**INSTRUCTIONS TO FOLLOW**: What is needed is an exact copy of the lines in the listing below, from the one with "face CYL(AX(P(0,0,0),D(0,1,0),D(1,0,0)),2) ~[-e1" up to and including the one with "face PLANE(AX(P(0,0,0),D(0,-1,0),D(1,0,0))) rev", with no other lines.

**INPUT FOR THIS TASK**:
_ _ _ _ _ _ _
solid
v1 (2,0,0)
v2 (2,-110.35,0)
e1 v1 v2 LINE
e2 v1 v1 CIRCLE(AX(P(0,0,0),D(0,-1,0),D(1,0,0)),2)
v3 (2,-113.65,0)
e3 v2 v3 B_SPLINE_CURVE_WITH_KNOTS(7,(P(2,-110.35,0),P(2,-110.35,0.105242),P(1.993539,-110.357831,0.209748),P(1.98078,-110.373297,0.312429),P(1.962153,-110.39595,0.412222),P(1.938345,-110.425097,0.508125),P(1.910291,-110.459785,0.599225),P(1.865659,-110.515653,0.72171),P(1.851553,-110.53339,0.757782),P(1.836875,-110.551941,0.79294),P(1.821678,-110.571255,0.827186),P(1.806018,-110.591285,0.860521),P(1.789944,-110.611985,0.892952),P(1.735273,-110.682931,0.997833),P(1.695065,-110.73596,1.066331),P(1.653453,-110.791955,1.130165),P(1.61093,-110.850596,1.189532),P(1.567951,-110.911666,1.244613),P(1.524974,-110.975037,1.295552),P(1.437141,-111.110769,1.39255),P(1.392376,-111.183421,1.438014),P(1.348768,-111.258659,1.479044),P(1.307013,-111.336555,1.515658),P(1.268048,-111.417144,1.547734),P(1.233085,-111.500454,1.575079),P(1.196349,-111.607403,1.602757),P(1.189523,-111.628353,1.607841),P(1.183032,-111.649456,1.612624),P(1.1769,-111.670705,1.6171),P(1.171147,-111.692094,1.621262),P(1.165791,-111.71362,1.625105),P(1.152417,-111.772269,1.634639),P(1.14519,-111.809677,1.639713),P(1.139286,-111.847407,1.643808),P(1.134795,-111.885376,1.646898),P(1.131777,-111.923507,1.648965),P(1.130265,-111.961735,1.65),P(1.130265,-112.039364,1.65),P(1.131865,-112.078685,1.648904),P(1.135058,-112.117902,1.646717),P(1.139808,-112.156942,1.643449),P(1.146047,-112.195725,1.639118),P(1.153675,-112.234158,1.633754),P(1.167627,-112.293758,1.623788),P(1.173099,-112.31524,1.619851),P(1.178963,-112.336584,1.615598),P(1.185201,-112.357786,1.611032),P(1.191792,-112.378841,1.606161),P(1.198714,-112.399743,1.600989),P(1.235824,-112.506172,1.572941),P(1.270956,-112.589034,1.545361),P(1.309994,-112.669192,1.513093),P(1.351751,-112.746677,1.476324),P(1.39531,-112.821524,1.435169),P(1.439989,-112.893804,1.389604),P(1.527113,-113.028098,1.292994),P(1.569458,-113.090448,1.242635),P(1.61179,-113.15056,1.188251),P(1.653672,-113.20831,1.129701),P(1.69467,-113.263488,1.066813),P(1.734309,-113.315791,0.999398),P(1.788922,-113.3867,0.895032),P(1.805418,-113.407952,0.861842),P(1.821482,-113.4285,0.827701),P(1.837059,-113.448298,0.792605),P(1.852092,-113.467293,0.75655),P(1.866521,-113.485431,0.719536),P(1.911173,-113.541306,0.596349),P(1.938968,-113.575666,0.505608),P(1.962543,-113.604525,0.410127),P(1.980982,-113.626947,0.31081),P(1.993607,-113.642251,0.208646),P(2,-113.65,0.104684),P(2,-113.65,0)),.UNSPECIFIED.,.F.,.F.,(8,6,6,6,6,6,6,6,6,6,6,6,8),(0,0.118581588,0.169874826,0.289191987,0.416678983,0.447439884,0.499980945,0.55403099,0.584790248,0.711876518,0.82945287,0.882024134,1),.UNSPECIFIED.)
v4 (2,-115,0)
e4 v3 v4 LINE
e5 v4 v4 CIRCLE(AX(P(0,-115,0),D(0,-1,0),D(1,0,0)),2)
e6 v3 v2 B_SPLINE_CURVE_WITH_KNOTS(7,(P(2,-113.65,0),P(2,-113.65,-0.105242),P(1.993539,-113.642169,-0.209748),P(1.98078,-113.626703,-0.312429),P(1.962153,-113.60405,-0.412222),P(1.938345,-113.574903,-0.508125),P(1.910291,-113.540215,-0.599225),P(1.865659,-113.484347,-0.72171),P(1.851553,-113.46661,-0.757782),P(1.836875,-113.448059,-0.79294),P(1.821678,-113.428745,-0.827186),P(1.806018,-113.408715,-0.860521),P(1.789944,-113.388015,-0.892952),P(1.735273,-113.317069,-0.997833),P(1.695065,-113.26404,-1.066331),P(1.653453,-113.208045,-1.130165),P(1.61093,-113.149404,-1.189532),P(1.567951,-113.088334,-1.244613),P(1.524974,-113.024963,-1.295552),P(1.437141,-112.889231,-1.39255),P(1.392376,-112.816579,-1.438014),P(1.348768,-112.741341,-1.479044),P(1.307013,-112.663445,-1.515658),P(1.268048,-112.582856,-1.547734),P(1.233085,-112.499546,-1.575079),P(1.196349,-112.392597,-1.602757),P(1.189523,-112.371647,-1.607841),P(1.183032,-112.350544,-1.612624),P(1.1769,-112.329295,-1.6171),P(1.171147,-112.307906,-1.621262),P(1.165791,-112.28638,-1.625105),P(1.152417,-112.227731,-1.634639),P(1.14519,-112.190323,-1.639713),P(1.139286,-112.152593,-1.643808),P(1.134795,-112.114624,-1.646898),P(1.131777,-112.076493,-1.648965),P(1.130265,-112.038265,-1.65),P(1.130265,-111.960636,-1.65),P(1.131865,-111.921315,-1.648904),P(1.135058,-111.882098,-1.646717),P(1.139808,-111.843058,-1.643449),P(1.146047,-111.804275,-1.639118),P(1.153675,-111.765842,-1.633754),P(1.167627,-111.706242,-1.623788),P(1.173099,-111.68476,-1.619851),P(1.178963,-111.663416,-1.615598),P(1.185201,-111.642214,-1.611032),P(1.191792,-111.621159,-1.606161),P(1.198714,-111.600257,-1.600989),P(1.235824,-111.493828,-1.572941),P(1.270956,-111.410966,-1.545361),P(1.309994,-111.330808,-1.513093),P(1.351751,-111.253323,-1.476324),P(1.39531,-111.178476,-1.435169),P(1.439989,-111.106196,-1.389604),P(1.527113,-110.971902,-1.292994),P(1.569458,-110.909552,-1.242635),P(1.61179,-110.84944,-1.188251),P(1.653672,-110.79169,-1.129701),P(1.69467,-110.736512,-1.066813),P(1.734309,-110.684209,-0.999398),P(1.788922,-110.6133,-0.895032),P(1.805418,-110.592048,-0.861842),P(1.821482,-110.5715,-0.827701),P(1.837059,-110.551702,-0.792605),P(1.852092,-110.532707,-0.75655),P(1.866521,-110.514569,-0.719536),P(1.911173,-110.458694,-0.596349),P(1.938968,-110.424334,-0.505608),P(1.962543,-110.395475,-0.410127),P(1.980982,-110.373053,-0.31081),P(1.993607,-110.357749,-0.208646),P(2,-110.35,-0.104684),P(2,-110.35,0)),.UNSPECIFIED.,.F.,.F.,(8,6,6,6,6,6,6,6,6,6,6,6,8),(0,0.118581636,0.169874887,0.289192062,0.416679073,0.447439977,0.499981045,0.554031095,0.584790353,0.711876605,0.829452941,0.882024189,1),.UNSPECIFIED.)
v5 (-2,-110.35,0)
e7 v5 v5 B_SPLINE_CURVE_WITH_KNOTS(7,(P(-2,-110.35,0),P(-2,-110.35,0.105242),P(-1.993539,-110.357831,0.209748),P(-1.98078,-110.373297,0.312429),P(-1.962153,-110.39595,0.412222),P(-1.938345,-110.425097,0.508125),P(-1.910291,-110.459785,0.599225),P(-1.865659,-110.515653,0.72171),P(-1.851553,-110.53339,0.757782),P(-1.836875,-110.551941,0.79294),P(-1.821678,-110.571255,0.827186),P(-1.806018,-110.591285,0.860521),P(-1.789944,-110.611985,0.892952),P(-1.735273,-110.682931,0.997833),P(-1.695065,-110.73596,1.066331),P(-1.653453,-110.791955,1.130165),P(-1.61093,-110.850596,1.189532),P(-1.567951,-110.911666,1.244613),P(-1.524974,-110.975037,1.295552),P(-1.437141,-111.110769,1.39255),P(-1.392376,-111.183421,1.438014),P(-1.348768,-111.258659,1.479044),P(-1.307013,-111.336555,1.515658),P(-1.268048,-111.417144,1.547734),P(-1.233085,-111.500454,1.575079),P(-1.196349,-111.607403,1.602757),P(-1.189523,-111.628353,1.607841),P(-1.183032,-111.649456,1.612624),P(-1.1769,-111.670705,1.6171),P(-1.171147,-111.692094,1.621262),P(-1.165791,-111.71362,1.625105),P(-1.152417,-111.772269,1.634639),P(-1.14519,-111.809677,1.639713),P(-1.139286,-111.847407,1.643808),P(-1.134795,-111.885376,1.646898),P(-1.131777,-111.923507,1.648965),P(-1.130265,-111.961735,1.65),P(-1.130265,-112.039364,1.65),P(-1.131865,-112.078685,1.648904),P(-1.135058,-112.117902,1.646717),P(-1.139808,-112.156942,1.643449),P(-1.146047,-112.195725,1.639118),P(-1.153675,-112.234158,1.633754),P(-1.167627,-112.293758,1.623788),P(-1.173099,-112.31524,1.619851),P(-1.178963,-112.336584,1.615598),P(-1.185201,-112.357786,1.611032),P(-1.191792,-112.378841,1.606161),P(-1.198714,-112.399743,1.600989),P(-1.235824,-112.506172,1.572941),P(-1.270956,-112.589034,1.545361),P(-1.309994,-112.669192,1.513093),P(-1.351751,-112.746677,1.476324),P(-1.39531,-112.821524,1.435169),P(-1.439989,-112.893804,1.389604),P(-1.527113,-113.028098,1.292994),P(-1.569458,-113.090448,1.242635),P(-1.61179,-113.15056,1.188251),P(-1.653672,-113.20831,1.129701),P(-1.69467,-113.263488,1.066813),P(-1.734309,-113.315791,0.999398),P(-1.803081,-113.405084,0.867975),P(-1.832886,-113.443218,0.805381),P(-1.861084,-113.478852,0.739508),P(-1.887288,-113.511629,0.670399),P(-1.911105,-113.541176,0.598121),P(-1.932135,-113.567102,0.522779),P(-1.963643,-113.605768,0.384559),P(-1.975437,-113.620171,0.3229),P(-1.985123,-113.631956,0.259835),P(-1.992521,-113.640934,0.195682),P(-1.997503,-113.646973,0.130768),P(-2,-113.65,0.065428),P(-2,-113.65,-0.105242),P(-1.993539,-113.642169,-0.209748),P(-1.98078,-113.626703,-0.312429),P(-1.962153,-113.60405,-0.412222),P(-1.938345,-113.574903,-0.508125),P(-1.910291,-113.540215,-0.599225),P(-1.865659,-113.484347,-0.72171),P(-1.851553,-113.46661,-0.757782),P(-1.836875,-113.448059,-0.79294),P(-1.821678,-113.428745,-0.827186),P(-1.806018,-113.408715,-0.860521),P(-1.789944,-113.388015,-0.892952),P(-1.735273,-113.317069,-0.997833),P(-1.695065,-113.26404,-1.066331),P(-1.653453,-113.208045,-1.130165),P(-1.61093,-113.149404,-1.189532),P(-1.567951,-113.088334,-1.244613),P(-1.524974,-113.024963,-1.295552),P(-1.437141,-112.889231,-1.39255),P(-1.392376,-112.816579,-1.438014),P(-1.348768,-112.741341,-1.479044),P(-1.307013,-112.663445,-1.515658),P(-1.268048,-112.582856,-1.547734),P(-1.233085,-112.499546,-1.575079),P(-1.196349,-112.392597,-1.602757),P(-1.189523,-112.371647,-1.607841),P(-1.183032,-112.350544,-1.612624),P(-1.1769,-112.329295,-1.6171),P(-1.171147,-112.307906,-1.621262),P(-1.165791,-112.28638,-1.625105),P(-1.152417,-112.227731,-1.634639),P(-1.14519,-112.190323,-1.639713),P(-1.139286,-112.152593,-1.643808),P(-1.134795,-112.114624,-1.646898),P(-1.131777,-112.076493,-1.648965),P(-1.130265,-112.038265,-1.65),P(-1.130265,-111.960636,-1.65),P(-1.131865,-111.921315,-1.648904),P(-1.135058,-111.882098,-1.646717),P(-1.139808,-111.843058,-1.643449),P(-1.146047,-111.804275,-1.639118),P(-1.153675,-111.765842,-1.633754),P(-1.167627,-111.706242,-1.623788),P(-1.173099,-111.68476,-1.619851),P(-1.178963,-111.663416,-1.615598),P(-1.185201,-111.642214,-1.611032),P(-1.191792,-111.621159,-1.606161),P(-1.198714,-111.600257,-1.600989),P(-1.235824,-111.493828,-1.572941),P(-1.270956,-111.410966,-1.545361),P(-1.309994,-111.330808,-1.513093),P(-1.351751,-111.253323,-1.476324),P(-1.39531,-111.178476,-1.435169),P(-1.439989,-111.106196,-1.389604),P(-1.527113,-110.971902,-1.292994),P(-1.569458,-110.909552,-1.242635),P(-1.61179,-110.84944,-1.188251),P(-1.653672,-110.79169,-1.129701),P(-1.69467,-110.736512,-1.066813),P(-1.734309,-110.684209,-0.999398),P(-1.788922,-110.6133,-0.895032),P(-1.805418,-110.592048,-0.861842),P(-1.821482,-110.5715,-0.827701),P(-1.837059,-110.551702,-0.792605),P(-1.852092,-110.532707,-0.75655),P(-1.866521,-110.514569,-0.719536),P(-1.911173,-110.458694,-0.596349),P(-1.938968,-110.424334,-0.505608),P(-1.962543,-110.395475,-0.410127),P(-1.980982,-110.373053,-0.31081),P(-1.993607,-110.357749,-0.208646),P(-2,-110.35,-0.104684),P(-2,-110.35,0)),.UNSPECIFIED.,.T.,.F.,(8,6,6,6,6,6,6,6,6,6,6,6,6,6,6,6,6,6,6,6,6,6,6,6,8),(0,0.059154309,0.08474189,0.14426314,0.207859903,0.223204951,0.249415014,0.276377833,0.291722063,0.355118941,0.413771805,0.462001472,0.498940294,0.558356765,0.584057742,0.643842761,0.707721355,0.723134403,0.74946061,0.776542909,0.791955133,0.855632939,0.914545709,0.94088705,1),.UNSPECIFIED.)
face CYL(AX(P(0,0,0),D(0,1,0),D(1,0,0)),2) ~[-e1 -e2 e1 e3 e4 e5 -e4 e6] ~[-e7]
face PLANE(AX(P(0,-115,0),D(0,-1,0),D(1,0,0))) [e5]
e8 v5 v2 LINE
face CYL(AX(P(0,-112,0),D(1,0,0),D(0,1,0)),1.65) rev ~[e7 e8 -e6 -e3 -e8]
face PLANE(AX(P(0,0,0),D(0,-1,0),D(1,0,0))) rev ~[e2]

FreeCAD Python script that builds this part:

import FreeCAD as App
import Part
import Sketcher
from FreeCAD import Vector

doc = App.newDocument("Part")
body = doc.addObject("PartDesign::Body", "Body")

# Sketch on XZ plane
sketch1 = body.newObject("Sketcher::SketchObject", "Sketch")
sketch1.AttachmentSupport = (doc.getObject("XZ_Plane"), [""])
sketch1.MapMode = "FlatFace"
sketch1.addGeometry(Part.Circle(Vector(0, 0, 0), Vector(0, 0, 1), 2), False)
sketch1.addConstraint([
    Sketcher.Constraint("Coincident", 0, 3, -1, 1),
    Sketcher.Constraint("Diameter", 0, 4.0),
])
pad1 = body.newObject("PartDesign::Pad", "Pad")
pad1.Profile = sketch1
pad1.Length = 115

# Sketch on YZ plane
sketch2 = body.newObject("Sketcher::SketchObject", "Sketch001")
sketch2.AttachmentSupport = (doc.getObject("YZ_Plane"), [""])
sketch2.MapMode = "FlatFace"
sketch2.addGeometry(Part.Circle(Vector(-112, 0, 0), Vector(0, 0, 1), 1.6), False)
sketch2.addConstraint([
    Sketcher.Constraint("PointOnObject", 0, 3, -1),
    Sketcher.Constraint("Diameter", 0, 3.3),
    Sketcher.Constraint("DistanceX", 0, 3, -1, 1, 112.0),
])
pocket1 = body.newObject("PartDesign::Pocket", "Pocket")
pocket1.Profile = sketch2
pocket1.Length = 25
pocket1.Midplane = True

doc.recompute()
_ _ _ _ _ _ _
**TASK RESULT**:
face CYL(AX(P(0,0,0),D(0,1,0),D(1,0,0)),2) ~[-e1 -e2 e1 e3 e4 e5 -e4 e6] ~[-e7]
face PLANE(AX(P(0,-115,0),D(0,-1,0),D(1,0,0))) [e5]
e8 v5 v2 LINE
face CYL(AX(P(0,-112,0),D(1,0,0),D(0,1,0)),1.65) rev ~[e7 e8 -e6 -e3 -e8]
face PLANE(AX(P(0,0,0),D(0,-1,0),D(1,0,0))) rev ~[e2]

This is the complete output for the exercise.